I have the following value in a string variable in Java which has UTF-8 characters encoded like below

Dodd\u2013Frank

instead of

Dodd–Frank

(Assume that I don't have control over how this value is assigned to this string variable)

Now how do I convert (encode) it properly and store it back in a String variable?

I found the following code

Charset.forName("UTF-8").encode(str);

But this returns a ByteBuffer, but I want a String back.

Edit:

Some more additional information.

When I use System.out.println(str); I get

Dodd\u2013Frank

I am not sure what is the correct terminology (UTF-8 or unicode). Pardon me for that.

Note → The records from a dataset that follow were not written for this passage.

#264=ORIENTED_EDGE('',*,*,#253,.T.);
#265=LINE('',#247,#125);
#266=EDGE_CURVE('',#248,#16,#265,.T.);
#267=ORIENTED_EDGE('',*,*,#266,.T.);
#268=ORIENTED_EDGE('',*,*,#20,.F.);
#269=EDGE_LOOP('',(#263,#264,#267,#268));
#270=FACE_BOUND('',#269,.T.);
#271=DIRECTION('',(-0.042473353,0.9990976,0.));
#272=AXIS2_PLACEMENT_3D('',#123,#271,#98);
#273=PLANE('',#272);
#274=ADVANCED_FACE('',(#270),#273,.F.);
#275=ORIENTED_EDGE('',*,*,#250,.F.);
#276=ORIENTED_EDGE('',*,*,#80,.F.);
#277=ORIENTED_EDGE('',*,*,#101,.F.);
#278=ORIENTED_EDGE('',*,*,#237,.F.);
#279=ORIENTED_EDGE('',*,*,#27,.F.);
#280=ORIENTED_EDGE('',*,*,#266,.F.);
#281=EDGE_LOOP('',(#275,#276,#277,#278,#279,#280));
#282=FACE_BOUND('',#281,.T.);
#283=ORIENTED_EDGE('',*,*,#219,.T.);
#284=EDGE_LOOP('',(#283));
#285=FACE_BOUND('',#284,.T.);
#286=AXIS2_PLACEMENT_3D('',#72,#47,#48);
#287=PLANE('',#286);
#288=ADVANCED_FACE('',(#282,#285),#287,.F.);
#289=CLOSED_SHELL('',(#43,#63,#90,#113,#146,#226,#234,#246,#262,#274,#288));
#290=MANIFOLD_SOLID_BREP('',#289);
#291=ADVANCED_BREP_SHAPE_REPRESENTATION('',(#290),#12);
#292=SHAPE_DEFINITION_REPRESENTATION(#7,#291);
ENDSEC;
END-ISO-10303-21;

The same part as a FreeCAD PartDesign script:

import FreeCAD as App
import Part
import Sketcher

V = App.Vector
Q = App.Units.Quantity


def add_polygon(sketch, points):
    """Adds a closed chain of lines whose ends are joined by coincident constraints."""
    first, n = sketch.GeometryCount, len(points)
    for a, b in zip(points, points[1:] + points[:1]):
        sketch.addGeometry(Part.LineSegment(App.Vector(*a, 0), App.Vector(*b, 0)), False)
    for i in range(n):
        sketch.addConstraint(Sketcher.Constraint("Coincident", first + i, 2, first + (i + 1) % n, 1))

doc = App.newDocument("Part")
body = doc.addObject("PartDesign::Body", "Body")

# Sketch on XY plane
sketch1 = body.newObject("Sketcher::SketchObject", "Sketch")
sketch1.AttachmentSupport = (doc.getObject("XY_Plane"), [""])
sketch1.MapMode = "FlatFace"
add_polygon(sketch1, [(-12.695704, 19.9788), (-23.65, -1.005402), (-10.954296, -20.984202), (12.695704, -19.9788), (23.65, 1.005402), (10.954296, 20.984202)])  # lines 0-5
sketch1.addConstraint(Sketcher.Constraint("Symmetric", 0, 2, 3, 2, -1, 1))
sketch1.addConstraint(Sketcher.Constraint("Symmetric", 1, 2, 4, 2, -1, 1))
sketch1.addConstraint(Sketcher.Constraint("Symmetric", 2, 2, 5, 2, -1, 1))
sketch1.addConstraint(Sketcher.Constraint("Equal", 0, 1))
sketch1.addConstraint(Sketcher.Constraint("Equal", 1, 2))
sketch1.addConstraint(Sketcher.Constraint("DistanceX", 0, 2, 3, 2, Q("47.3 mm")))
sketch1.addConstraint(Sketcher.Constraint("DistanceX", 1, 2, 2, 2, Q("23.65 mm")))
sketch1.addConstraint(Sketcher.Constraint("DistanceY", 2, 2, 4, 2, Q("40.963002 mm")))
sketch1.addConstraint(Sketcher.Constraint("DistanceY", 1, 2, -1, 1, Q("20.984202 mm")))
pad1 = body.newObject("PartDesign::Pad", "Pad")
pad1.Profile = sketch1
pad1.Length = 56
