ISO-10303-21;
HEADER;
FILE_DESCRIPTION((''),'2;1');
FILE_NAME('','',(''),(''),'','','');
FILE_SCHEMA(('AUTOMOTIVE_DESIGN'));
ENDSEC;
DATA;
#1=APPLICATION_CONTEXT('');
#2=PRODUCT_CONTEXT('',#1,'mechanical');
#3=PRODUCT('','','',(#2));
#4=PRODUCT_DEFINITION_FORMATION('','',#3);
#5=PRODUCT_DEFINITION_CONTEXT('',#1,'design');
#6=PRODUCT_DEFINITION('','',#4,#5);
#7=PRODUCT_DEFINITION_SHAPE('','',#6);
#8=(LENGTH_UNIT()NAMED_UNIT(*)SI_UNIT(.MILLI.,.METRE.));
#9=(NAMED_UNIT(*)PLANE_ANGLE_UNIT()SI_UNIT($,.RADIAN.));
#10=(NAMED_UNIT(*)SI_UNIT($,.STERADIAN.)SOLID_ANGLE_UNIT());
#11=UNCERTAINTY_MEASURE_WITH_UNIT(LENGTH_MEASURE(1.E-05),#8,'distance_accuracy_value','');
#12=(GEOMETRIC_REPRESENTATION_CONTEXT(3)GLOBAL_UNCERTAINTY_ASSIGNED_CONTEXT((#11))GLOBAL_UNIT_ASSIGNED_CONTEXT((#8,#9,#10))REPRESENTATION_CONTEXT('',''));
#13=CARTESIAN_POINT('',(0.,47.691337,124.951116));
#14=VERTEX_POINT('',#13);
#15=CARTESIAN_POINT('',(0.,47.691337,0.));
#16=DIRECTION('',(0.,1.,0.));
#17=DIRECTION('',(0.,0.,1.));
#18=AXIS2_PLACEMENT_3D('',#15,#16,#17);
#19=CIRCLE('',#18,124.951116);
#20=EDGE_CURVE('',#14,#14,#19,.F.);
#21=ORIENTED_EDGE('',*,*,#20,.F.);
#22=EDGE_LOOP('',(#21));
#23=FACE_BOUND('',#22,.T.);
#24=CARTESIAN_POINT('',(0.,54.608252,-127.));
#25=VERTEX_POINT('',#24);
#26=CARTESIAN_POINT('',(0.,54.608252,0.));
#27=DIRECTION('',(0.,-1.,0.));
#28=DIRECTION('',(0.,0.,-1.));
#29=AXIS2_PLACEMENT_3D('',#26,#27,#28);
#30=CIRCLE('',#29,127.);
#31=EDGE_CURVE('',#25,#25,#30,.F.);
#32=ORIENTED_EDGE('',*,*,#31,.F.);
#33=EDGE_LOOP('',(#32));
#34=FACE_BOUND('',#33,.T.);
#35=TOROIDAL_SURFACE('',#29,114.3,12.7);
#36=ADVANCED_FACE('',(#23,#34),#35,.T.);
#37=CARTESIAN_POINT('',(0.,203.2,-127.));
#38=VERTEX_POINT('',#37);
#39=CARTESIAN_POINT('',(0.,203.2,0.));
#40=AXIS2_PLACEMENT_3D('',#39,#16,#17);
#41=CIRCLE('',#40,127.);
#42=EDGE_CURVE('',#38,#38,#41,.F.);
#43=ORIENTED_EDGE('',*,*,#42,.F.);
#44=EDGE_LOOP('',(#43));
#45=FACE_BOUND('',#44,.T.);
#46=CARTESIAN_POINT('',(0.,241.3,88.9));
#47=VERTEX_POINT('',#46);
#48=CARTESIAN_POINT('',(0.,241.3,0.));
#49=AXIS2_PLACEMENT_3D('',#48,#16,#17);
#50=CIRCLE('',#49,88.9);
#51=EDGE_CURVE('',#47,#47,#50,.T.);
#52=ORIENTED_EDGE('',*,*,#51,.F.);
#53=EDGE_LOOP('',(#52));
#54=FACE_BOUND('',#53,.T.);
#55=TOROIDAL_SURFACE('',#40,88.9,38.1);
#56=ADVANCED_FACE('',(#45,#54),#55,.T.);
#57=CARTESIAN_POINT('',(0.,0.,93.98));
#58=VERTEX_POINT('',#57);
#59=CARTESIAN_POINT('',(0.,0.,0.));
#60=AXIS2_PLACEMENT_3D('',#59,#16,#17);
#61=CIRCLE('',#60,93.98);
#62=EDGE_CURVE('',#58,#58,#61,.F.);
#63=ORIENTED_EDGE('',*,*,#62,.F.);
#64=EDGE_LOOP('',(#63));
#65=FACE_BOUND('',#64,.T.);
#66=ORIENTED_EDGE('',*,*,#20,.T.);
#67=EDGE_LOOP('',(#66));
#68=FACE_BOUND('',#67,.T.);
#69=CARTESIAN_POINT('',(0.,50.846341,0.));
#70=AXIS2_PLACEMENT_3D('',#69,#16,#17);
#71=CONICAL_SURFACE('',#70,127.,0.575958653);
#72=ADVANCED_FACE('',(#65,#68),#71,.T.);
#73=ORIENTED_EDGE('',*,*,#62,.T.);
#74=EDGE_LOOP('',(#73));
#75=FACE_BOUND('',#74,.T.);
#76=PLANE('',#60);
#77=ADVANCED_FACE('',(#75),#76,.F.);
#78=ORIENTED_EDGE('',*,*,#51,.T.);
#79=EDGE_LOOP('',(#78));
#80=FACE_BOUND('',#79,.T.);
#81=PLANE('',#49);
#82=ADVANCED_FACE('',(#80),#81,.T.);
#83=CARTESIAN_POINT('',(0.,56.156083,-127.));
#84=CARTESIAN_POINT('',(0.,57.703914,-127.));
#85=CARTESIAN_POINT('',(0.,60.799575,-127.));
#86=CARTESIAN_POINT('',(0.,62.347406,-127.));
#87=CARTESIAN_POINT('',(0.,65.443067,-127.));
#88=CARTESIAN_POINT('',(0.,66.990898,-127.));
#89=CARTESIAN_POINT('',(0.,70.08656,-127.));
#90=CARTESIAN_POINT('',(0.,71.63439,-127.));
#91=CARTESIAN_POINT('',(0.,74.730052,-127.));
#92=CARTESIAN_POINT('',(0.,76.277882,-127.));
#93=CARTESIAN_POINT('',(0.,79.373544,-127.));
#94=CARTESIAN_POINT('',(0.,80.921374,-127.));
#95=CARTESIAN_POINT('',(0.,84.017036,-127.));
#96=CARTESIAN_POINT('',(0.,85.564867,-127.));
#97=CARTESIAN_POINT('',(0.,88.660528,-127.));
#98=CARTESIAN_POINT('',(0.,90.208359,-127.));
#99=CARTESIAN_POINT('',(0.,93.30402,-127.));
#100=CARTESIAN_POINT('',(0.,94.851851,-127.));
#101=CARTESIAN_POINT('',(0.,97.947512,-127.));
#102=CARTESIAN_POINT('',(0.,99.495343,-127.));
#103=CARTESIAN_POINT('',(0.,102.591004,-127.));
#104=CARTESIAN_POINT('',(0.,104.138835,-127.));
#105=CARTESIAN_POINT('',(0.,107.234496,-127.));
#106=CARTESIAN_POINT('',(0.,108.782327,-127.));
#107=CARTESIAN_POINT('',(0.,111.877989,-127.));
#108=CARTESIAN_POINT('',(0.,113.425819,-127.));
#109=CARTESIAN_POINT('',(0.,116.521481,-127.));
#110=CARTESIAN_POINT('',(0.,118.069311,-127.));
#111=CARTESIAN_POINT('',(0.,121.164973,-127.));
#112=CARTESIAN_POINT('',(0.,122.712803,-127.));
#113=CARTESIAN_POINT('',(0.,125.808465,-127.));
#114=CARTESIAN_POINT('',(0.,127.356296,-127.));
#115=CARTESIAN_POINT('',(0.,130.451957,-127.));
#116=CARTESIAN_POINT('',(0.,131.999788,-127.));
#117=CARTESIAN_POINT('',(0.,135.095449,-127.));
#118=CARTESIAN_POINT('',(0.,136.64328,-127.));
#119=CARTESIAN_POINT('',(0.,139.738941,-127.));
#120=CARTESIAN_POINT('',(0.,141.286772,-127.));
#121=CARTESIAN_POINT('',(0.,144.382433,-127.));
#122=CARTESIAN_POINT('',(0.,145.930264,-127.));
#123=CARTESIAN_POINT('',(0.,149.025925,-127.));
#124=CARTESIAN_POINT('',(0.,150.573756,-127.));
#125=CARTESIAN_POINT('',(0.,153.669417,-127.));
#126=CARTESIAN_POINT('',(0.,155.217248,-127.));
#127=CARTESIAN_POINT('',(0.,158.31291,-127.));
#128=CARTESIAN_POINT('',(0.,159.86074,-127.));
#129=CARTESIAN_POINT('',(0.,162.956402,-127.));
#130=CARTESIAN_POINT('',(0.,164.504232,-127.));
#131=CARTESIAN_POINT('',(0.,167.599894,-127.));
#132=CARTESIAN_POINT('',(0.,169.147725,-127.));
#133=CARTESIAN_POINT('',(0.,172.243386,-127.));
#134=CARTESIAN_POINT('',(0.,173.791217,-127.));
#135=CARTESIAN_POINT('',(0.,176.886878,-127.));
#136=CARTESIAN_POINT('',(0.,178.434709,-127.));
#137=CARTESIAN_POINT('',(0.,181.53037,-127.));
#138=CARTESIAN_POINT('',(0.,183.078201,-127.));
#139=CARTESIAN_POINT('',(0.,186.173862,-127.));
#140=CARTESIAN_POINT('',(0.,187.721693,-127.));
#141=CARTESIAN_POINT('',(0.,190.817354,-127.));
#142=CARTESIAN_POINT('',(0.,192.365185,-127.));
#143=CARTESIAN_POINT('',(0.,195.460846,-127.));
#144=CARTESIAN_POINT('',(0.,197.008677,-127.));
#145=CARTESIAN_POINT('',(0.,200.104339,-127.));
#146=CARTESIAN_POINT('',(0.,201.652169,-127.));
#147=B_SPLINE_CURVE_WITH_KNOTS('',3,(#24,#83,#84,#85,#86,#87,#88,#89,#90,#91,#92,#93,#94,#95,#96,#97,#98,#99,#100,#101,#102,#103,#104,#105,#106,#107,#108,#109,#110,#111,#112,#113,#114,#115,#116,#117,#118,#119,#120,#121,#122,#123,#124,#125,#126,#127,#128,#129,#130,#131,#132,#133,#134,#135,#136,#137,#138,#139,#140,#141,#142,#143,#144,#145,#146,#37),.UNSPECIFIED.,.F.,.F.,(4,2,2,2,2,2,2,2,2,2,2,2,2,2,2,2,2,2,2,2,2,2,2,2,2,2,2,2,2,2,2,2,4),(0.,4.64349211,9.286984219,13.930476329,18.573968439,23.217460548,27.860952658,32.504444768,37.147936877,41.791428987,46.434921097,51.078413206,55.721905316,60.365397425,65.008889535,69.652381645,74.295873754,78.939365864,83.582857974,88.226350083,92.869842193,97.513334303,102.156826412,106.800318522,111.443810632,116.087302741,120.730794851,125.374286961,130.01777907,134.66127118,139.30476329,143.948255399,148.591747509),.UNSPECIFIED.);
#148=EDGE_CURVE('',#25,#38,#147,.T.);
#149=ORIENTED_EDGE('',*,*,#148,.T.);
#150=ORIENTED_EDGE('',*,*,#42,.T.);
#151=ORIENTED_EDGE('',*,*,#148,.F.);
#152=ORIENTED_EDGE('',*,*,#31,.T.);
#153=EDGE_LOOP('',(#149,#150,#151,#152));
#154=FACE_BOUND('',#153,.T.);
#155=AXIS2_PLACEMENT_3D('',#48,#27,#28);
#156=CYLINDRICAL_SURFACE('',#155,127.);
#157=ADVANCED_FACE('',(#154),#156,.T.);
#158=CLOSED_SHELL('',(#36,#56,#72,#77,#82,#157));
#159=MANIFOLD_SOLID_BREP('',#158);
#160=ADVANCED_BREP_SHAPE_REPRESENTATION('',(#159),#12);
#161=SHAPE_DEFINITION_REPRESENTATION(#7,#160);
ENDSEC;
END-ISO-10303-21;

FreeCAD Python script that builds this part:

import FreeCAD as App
import Part
import Sketcher

V = App.Vector
Q = App.Units.Quantity


def edges_at(feature, points):
    """Names of the edges that pass closest to the given points."""
    edges = feature.Shape.Edges
    near = lambda p: min(range(len(edges)), key=lambda i: edges[i].distToShape(Part.Vertex(*p))[0])
    return sorted({f"Edge{near(p) + 1}" for p in points})

doc = App.newDocument("Part")
body = doc.addObject("PartDesign::Body", "Body")

sketch1 = body.newObject("Sketcher::SketchObject", "Sketch")
sketch1.AttachmentSupport = (doc.getObject("XZ_Plane"), [""])
sketch1.MapMode = "FlatFace"
sketch1.addGeometry(Part.Circle(V(0, 0, 0), V(0, 0, 1), 127), False)
sketch1.addConstraint(Sketcher.Constraint("Coincident", 0, 3, -1, 1))
sketch1.addConstraint(Sketcher.Constraint("Diameter", 0, Q("10 in")))
pad1 = body.newObject("PartDesign::Pad", "Pad")
pad1.Profile = sketch1
pad1.Length = Q("9.5 in")
pad1.Reversed = True
doc.recompute()

fillet = body.newObject("PartDesign::Fillet", "Fillet")
fillet.Base = (pad1, edges_at(pad1, [(0, 241.3, 127)]))
fillet.Radius = Q("1.5 in")
doc.recompute()

chamfer = body.newObject("PartDesign::Chamfer", "Chamfer")
chamfer.Base = (fillet, edges_at(fillet, [(0, 0, 127)]))
chamfer.ChamferType = "Two distances"
chamfer.Size = Q("1.3 in")
chamfer.Size2 = 50.846341
chamfer.FlipDirection = True
doc.recompute()

fillet2 = body.newObject("PartDesign::Fillet", "Fillet001")
fillet2.Base = (chamfer, edges_at(chamfer, [(0, 50.846, 127)]))
fillet2.Radius = Q("0.5 in")

doc.recompute()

the question is unclear to me. When you `System.out.println(yourString);` do you see (1) `Dodd\u2013Frank` or (2) `Dodd–Frank` ? — jlordo, Dec 04 '12 at 10:06
Wrong, \u2013 is not an UTF-8 character, it is an escaped Unicode character. UTF-8 is a way of encoding UTF characters. — SirDarius, Dec 04 '12 at 10:06
@jlordo and SirDarius I have updated the question with details. — Sudar, Dec 04 '12 at 10:08
Have a look at [StringEscapeUtils.unescapeJava()](http://commons.apache.org/lang/api-2.4/org/apache/commons/lang/StringEscapeUtils.html#unescapeJava(java.lang.String)) — jlordo, Dec 04 '12 at 10:13
Check the Apache Doc: https://commons.apache.org/proper/commons-lang/javadocs/api-3.1/org/apache/commons/lang3/StringEscapeUtils.html — ΦXocę 웃 Пepeúpa ツ, Oct 19 '15 at 10:54
Just wanted to understand, why not `"Dodd\u2013Frank".chars().forEach(a -> System.out.print((char) a));` ? — Naman, Jul 10 '18 at 16:56
`org.apache.commons.lang3.StringEscapeUtils` is deprecated, but moved to `commons-text` as `import org.apache.commons.text.StringEscapeUtils` which is not deprecated. — Chris Wolf, Apr 05 '23 at 23:23

score 62 · Accepted Answer · edited Jul 19 '16 at 11:20

62

try

str = org.apache.commons.lang3.StringEscapeUtils.unescapeJava(str);

from Apache Commons Lang

edited Jul 19 '16 at 11:20

Mark Rotteveel

100,966
191
140
197

answered Dec 04 '12 at 10:16

jlordo

37,490
6
58
83

2

If `Java` itself provides the functionality of parsing the value then why should we use any third party tool ? – Bhavik Ambani Dec 04 '12 at 10:17
2

@BhavikAmbani Then please explain how, because your answer definitly does not. – SirDarius Dec 04 '12 at 10:19
@BhavikAmbani in your own example, try `System.out.println(string);` before calling `getBytes();` and see what happens ;) – jlordo Dec 04 '12 at 10:19
How come ? My answer solves the problem which is specified in the question asked, that convert unicode into readable string format. – Bhavik Ambani Dec 04 '12 at 10:20
@jlordo I have pasted that also you can check that this prints the perfect output, which I have taked from the console – Bhavik Ambani Dec 04 '12 at 10:21
1

@BhavikAmbani nope, when he prints out his string, he sees `Dodd\u2013Frank`, when we print your string we see `Dodd-Frank`. (before any conversion), his String is `"Dodd\\u2013Frank"`, your String is `"Dodd\u2013Frank"` – jlordo Dec 04 '12 at 10:21
2

This might solve your issue in a simple case, but be careful. If you are trying to use this solution, for example, on a JSON encoded string with UTF8 chars that you want unescaped, it will unescape things that you DONT want touched: For example, if this String is inside a piece of JSON "\u003ca href=\"http:\/\/twitter.com\" rel=\"nofollow\"\u003eTwitter Web Client\u003c\/a\u003e" – Justin Standard Jun 29 '16 at 03:25
str = org.apache.commons.text.StringEscapeUtils.unescapeJava(str); as commons.lang3 is deprecated. – user8091544 Jun 11 '21 at 06:39

score 16 · Answer 2 · edited Jun 20 '23 at 01:40

16

`java.util.Properties`

You can take advantage of the fact that java.util.Properties supports strings with \uXXXX escape sequences and do something like this:

Properties p = new Properties();
p.load(new StringReader("key = " + yourInputString));
System.out.println("Escaped value: " + p.getProperty("key"));

Inelegant, but functional.

To handle the possible IOExeception, you may want a try-catch.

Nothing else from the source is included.